*** Records to process Section Begins ***

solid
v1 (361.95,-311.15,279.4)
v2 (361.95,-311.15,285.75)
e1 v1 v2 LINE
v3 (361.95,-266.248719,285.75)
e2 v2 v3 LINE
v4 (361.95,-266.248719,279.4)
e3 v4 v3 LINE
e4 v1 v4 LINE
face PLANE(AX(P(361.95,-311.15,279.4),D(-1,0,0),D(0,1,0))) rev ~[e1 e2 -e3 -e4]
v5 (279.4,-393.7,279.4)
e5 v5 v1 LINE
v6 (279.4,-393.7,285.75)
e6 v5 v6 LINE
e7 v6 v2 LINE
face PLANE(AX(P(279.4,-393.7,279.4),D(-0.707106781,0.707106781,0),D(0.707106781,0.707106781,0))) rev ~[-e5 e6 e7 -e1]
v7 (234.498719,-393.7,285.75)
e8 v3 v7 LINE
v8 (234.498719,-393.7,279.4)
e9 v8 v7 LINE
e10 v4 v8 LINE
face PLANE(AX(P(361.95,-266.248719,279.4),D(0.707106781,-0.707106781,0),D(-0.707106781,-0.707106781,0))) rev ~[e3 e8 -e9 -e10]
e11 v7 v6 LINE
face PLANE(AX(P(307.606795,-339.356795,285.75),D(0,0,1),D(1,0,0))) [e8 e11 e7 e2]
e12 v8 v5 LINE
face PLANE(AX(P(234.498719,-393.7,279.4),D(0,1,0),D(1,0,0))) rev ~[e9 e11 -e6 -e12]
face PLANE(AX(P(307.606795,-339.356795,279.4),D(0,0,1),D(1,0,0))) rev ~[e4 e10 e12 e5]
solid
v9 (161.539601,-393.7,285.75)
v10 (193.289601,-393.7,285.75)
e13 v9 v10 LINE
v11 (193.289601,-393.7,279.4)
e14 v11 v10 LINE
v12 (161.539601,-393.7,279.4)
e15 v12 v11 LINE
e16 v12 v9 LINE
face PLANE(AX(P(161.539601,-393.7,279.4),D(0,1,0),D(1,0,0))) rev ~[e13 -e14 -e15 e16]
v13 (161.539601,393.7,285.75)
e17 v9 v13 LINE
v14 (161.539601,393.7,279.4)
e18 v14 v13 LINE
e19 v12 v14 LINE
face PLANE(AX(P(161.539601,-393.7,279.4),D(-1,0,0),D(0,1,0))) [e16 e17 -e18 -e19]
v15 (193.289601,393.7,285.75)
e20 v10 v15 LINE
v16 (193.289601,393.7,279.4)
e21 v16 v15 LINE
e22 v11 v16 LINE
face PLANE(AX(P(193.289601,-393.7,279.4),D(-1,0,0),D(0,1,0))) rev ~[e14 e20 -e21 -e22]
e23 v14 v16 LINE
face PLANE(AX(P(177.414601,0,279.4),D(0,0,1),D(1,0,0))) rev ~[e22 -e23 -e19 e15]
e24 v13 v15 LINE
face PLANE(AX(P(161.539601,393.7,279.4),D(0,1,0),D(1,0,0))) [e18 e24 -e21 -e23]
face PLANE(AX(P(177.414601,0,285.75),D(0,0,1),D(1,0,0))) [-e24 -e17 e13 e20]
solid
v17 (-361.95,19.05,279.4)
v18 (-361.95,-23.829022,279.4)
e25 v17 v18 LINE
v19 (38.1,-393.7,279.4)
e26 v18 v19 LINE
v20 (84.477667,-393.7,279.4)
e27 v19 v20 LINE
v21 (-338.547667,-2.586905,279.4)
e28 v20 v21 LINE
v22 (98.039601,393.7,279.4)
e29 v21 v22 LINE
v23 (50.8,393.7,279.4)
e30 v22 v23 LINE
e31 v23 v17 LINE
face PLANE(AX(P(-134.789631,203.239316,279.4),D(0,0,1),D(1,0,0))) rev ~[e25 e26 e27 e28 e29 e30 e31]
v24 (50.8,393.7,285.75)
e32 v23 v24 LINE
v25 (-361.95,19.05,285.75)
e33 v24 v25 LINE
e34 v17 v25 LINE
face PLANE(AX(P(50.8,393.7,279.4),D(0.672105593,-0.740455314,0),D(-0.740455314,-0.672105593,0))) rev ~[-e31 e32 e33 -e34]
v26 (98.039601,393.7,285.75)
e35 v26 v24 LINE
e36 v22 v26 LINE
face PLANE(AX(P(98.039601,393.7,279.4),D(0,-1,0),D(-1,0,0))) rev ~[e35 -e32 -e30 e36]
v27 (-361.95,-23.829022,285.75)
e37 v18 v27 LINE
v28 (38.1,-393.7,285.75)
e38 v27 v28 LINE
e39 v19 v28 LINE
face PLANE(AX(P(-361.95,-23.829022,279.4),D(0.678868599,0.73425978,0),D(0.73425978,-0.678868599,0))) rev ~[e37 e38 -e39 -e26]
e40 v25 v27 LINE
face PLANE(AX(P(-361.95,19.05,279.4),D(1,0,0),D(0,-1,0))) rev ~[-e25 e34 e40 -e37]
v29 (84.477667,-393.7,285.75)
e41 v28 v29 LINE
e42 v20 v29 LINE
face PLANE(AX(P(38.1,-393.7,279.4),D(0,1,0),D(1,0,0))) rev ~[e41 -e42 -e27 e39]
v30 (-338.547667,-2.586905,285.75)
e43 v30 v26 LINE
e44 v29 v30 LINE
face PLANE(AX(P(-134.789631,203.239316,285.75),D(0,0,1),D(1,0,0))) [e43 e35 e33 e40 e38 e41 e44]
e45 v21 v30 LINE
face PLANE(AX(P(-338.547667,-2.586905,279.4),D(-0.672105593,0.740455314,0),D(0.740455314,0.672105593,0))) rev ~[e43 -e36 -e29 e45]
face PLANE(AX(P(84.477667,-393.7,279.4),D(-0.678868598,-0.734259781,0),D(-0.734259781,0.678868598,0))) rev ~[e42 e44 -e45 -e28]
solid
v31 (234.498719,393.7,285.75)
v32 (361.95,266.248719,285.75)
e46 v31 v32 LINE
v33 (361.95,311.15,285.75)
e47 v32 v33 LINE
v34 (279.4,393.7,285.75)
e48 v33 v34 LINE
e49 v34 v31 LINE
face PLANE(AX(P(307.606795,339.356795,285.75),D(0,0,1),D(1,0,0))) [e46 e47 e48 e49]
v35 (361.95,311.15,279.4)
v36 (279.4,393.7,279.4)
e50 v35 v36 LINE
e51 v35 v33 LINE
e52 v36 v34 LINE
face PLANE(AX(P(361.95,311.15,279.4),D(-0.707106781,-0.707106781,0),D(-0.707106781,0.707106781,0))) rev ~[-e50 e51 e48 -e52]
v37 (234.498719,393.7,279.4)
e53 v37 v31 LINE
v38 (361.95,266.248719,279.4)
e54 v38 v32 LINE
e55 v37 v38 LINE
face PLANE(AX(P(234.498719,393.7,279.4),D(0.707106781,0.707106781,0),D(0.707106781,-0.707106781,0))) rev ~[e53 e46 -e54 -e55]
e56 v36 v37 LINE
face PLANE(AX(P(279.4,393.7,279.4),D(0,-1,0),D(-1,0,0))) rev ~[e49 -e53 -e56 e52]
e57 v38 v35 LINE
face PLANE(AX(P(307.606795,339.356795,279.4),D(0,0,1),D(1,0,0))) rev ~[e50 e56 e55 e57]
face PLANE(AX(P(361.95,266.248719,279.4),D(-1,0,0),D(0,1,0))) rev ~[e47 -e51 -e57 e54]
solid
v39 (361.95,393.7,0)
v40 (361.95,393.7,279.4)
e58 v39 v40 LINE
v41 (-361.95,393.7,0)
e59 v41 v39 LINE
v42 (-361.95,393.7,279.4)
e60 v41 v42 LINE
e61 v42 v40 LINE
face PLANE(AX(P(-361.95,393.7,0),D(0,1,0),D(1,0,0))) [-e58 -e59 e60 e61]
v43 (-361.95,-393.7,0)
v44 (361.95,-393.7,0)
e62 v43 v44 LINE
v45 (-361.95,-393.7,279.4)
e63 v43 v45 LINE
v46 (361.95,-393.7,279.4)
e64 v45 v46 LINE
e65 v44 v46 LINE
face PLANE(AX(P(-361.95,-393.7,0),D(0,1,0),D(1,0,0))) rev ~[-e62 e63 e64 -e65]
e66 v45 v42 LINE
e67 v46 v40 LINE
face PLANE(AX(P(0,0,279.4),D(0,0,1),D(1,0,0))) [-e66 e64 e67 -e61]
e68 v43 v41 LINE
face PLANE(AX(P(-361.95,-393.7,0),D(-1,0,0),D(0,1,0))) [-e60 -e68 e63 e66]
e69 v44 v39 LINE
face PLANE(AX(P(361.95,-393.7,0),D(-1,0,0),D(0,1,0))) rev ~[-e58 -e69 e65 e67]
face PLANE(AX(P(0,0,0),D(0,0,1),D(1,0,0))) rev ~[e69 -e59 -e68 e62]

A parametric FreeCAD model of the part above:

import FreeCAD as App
import Part
import Sketcher
from FreeCAD import Vector
Q = App.Units.Quantity

doc = App.newDocument("Part")
params = doc.addObject("Spreadsheet::Sheet", "Params")
for row, (alias, value) in enumerate([
    ("sketch1_height", "31 in"),
    ("sketch1_width", "28.5 in"),
    ("pad1_length", "11 in"),
    ("sketch2_height", "31 in"),
    ("sketch2_width", "1.25 in"),
    ("pad2_length", "0.25 in"),
], start=1):
    params.set(f"A{row}", alias)
    params.set(f"B{row}", "=" + value)
    params.setAlias(f"B{row}", alias)

body = doc.addObject("PartDesign::Body", "Body")

# Sketch on XY plane
sketch1 = body.newObject("Sketcher::SketchObject", "Sketch")
sketch1.AttachmentSupport = (doc.getObject("XY_Plane"), [""])
sketch1.MapMode = "FlatFace"
sketch1.addGeometry([
    Part.LineSegment(Vector(-362, 394, 0), Vector(-362, -394, 0)),
    Part.LineSegment(Vector(-362, -394, 0), Vector(362, -394, 0)),
    Part.LineSegment(Vector(362, -394, 0), Vector(362, 394, 0)),
    Part.LineSegment(Vector(362, 394, 0), Vector(-362, 394, 0)),
], False)
sketch1.addConstraint([
    Sketcher.Constraint("Coincident", 0, 2, 1, 1),
    Sketcher.Constraint("Coincident", 1, 2, 2, 1),
    Sketcher.Constraint("Coincident", 2, 2, 3, 1),
    Sketcher.Constraint("Coincident", 3, 2, 0, 1),
    Sketcher.Constraint("Vertical", 0),
    Sketcher.Constraint("Horizontal", 1),
    Sketcher.Constraint("Vertical", 2),
    Sketcher.Constraint("Horizontal", 3),
    Sketcher.Constraint("Symmetric", 0, 2, 2, 2, -1, 1),
    Sketcher.Constraint("DistanceY", 0, 2, 0, 1, Q("31 in")),
    Sketcher.Constraint("DistanceX", 1, 1, 1, 2, Q("28.5 in")),
])
sketch1.setExpression("Constraints[9]", "Params.sketch1_height")
sketch1.setExpression("Constraints[10]", "Params.sketch1_width")
pad1 = body.newObject("PartDesign::Pad", "Pad")
pad1.Profile = sketch1
pad1.setExpression("Length", "Params.pad1_length")
body2 = doc.addObject("PartDesign::Body", "Body001")
body2.AllowCompound = True

# Sketch on XY plane
sketch2 = body2.newObject("Sketcher::SketchObject", "Sketch001")
sketch2.AttachmentSupport = (doc.getObject("XY_Plane001"), [""])
sketch2.MapMode = "FlatFace"
sketch2.AttachmentOffset = App.Placement(Vector(0, 0, 11 * 25.4), App.Rotation())
sketch2.addGeometry([
    Part.LineSegment(Vector(51, 394, 0), Vector(-362, 19, 0)),  # 0
    Part.LineSegment(Vector(-362, 19, 0), Vector(-362, -24, 0)),  # 1
    Part.LineSegment(Vector(-362, -24, 0), Vector(38, -394, 0)),  # 2
    Part.LineSegment(Vector(38, -394, 0), Vector(84, -394, 0)),  # 3
    Part.LineSegment(Vector(84, -394, 0), Vector(-339, -3, 0)),  # 4
    Part.LineSegment(Vector(-339, -3, 0), Vector(98, 394, 0)),  # 5
    Part.LineSegment(Vector(98, 394, 0), Vector(51, 394, 0)),  # 6
    Part.LineSegment(Vector(162, 394, 0), Vector(162, -394, 0)),  # 7
    Part.LineSegment(Vector(162, -394, 0), Vector(193, -394, 0)),  # 8
    Part.LineSegment(Vector(193, -394, 0), Vector(193, 394, 0)),  # 9
    Part.LineSegment(Vector(193, 394, 0), Vector(162, 394, 0)),  # 10
    Part.LineSegment(Vector(362, 311, 0), Vector(279, 394, 0)),  # 11
    Part.LineSegment(Vector(279, 394, 0), Vector(234, 394, 0)),  # 12
    Part.LineSegment(Vector(234, 394, 0), Vector(362, 266, 0)),  # 13
    Part.LineSegment(Vector(362, 266, 0), Vector(362, 311, 0)),  # 14
    Part.LineSegment(Vector(362, -266, 0), Vector(234, -394, 0)),  # 15
    Part.LineSegment(Vector(234, -394, 0), Vector(279, -394, 0)),  # 16
    Part.LineSegment(Vector(279, -394, 0), Vector(362, -311, 0)),  # 17
    Part.LineSegment(Vector(362, -311, 0), Vector(362, -266, 0)),  # 18
], False)
sketch2.addConstraint([
    Sketcher.Constraint("Coincident", 0, 2, 1, 1),
    Sketcher.Constraint("Coincident", 1, 2, 2, 1),
    Sketcher.Constraint("Coincident", 2, 2, 3, 1),
    Sketcher.Constraint("Coincident", 3, 2, 4, 1),
    Sketcher.Constraint("Coincident", 4, 2, 5, 1),
    Sketcher.Constraint("Coincident", 5, 2, 6, 1),
    Sketcher.Constraint("Coincident", 6, 2, 0, 1),
    Sketcher.Constraint("Coincident", 7, 2, 8, 1),
    Sketcher.Constraint("Coincident", 8, 2, 9, 1),
    Sketcher.Constraint("Coincident", 9, 2, 10, 1),
    Sketcher.Constraint("Coincident", 10, 2, 7, 1),
    Sketcher.Constraint("Coincident", 11, 2, 12, 1),
    Sketcher.Constraint("Coincident", 12, 2, 13, 1),
    Sketcher.Constraint("Coincident", 13, 2, 14, 1),
    Sketcher.Constraint("Coincident", 14, 2, 11, 1),
    Sketcher.Constraint("Coincident", 15, 2, 16, 1),
    Sketcher.Constraint("Coincident", 16, 2, 17, 1),
    Sketcher.Constraint("Coincident", 17, 2, 18, 1),
    Sketcher.Constraint("Coincident", 18, 2, 15, 1),
    Sketcher.Constraint("Vertical", 1),
    Sketcher.Constraint("Horizontal", 3),
    Sketcher.Constraint("Horizontal", 6),
    Sketcher.Constraint("Vertical", 7),
    Sketcher.Constraint("Horizontal", 8),
    Sketcher.Constraint("Vertical", 9),
    Sketcher.Constraint("Horizontal", 10),
    Sketcher.Constraint("Horizontal", 12),
    Sketcher.Constraint("Vertical", 14),
    Sketcher.Constraint("Horizontal", 16),
    Sketcher.Constraint("Vertical", 18),
    Sketcher.Constraint("Symmetric", 12, 2, 15, 2, -1),
    Sketcher.Constraint("Symmetric", 14, 2, 17, 2, -1),
    Sketcher.Constraint("Parallel", 2, 4),
    Sketcher.Constraint("Parallel", 0, 5),
    Sketcher.Constraint("Parallel", 11, 13),
    Sketcher.Constraint("Perpendicular", 13, 15),
    Sketcher.Constraint("Parallel", 15, 17),
    Sketcher.Constraint("Horizontal", 3, 2, 7, 2),
    Sketcher.Constraint("Horizontal", 6, 2, 9, 2),
    Sketcher.Constraint("Horizontal", 10, 2, 11, 2),
    Sketcher.Constraint("Horizontal", 8, 2, 15, 2),
    Sketcher.Constraint("Vertical", 11, 2, 16, 2),
    Sketcher.Constraint("DistanceY", 7, 2, 7, 1, Q("31 in")),
    Sketcher.Constraint("DistanceX", -1, 1, 6, 2, Q("2 in")),
    Sketcher.Constraint("DistanceX", -1, 1, 11, 2, Q("11 in")),
    Sketcher.Constraint("DistanceX", 8, 1, 8, 2, Q("1.25 in")),
    Sketcher.Constraint("DistanceX", -1, 1, 2, 2, Q("1.5 in")),
    Sketcher.Constraint("DistanceX", 5, 2, 10, 2, Q("2.5 in")),
    Sketcher.Constraint("DistanceX", 0, 2, -1, 1, Q("14.25 in")),
    Sketcher.Constraint("DistanceY", -1, 1, 0, 2, Q("0.75 in")),
    Sketcher.Constraint("DistanceX", -1, 1, 13, 2, Q("14.25 in")),
    Sketcher.Constraint("DistanceX", 6, 2, 6, 1, 47.239601),
    Sketcher.Constraint("DistanceX", 12, 2, 12, 1, 44.901281),
    Sketcher.Constraint("DistanceX", 3, 1, 3, 2, 46.377667),
    Sketcher.Constraint("DistanceY", 1, 2, 1, 1, 42.879022),
])
sketch2.setExpression("Constraints[42]", "Params.sketch2_height")
sketch2.setExpression("Constraints[45]", "Params.sketch2_width")
pad2 = body2.newObject("PartDesign::Pad", "Pad001")
pad2.Profile = sketch2
pad2.setExpression("Length", "Params.pad2_length")

doc.recompute()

*** Records to process Section Ends ***

**Exercise instructions**
Return, exactly as they stand, the lines from the start of the records above through the line with "e23 v14 v16 LINE", both ends included, and no other lines.

**Solution to the exercise**
solid
v1 (361.95,-311.15,279.4)
v2 (361.95,-311.15,285.75)
e1 v1 v2 LINE
v3 (361.95,-266.248719,285.75)
e2 v2 v3 LINE
v4 (361.95,-266.248719,279.4)
e3 v4 v3 LINE
e4 v1 v4 LINE
face PLANE(AX(P(361.95,-311.15,279.4),D(-1,0,0),D(0,1,0))) rev ~[e1 e2 -e3 -e4]
v5 (279.4,-393.7,279.4)
e5 v5 v1 LINE
v6 (279.4,-393.7,285.75)
e6 v5 v6 LINE
e7 v6 v2 LINE
face PLANE(AX(P(279.4,-393.7,279.4),D(-0.707106781,0.707106781,0),D(0.707106781,0.707106781,0))) rev ~[-e5 e6 e7 -e1]
v7 (234.498719,-393.7,285.75)
e8 v3 v7 LINE
v8 (234.498719,-393.7,279.4)
e9 v8 v7 LINE
e10 v4 v8 LINE
face PLANE(AX(P(361.95,-266.248719,279.4),D(0.707106781,-0.707106781,0),D(-0.707106781,-0.707106781,0))) rev ~[e3 e8 -e9 -e10]
e11 v7 v6 LINE
face PLANE(AX(P(307.606795,-339.356795,285.75),D(0,0,1),D(1,0,0))) [e8 e11 e7 e2]
e12 v8 v5 LINE
face PLANE(AX(P(234.498719,-393.7,279.4),D(0,1,0),D(1,0,0))) rev ~[e9 e11 -e6 -e12]
face PLANE(AX(P(307.606795,-339.356795,279.4),D(0,0,1),D(1,0,0))) rev ~[e4 e10 e12 e5]
solid
v9 (161.539601,-393.7,285.75)
v10 (193.289601,-393.7,285.75)
e13 v9 v10 LINE
v11 (193.289601,-393.7,279.4)
e14 v11 v10 LINE
v12 (161.539601,-393.7,279.4)
e15 v12 v11 LINE
e16 v12 v9 LINE
face PLANE(AX(P(161.539601,-393.7,279.4),D(0,1,0),D(1,0,0))) rev ~[e13 -e14 -e15 e16]
v13 (161.539601,393.7,285.75)
e17 v9 v13 LINE
v14 (161.539601,393.7,279.4)
e18 v14 v13 LINE
e19 v12 v14 LINE
face PLANE(AX(P(161.539601,-393.7,279.4),D(-1,0,0),D(0,1,0))) [e16 e17 -e18 -e19]
v15 (193.289601,393.7,285.75)
e20 v10 v15 LINE
v16 (193.289601,393.7,279.4)
e21 v16 v15 LINE
e22 v11 v16 LINE
face PLANE(AX(P(193.289601,-393.7,279.4),D(-1,0,0),D(0,1,0))) rev ~[e14 e20 -e21 -e22]
e23 v14 v16 LINE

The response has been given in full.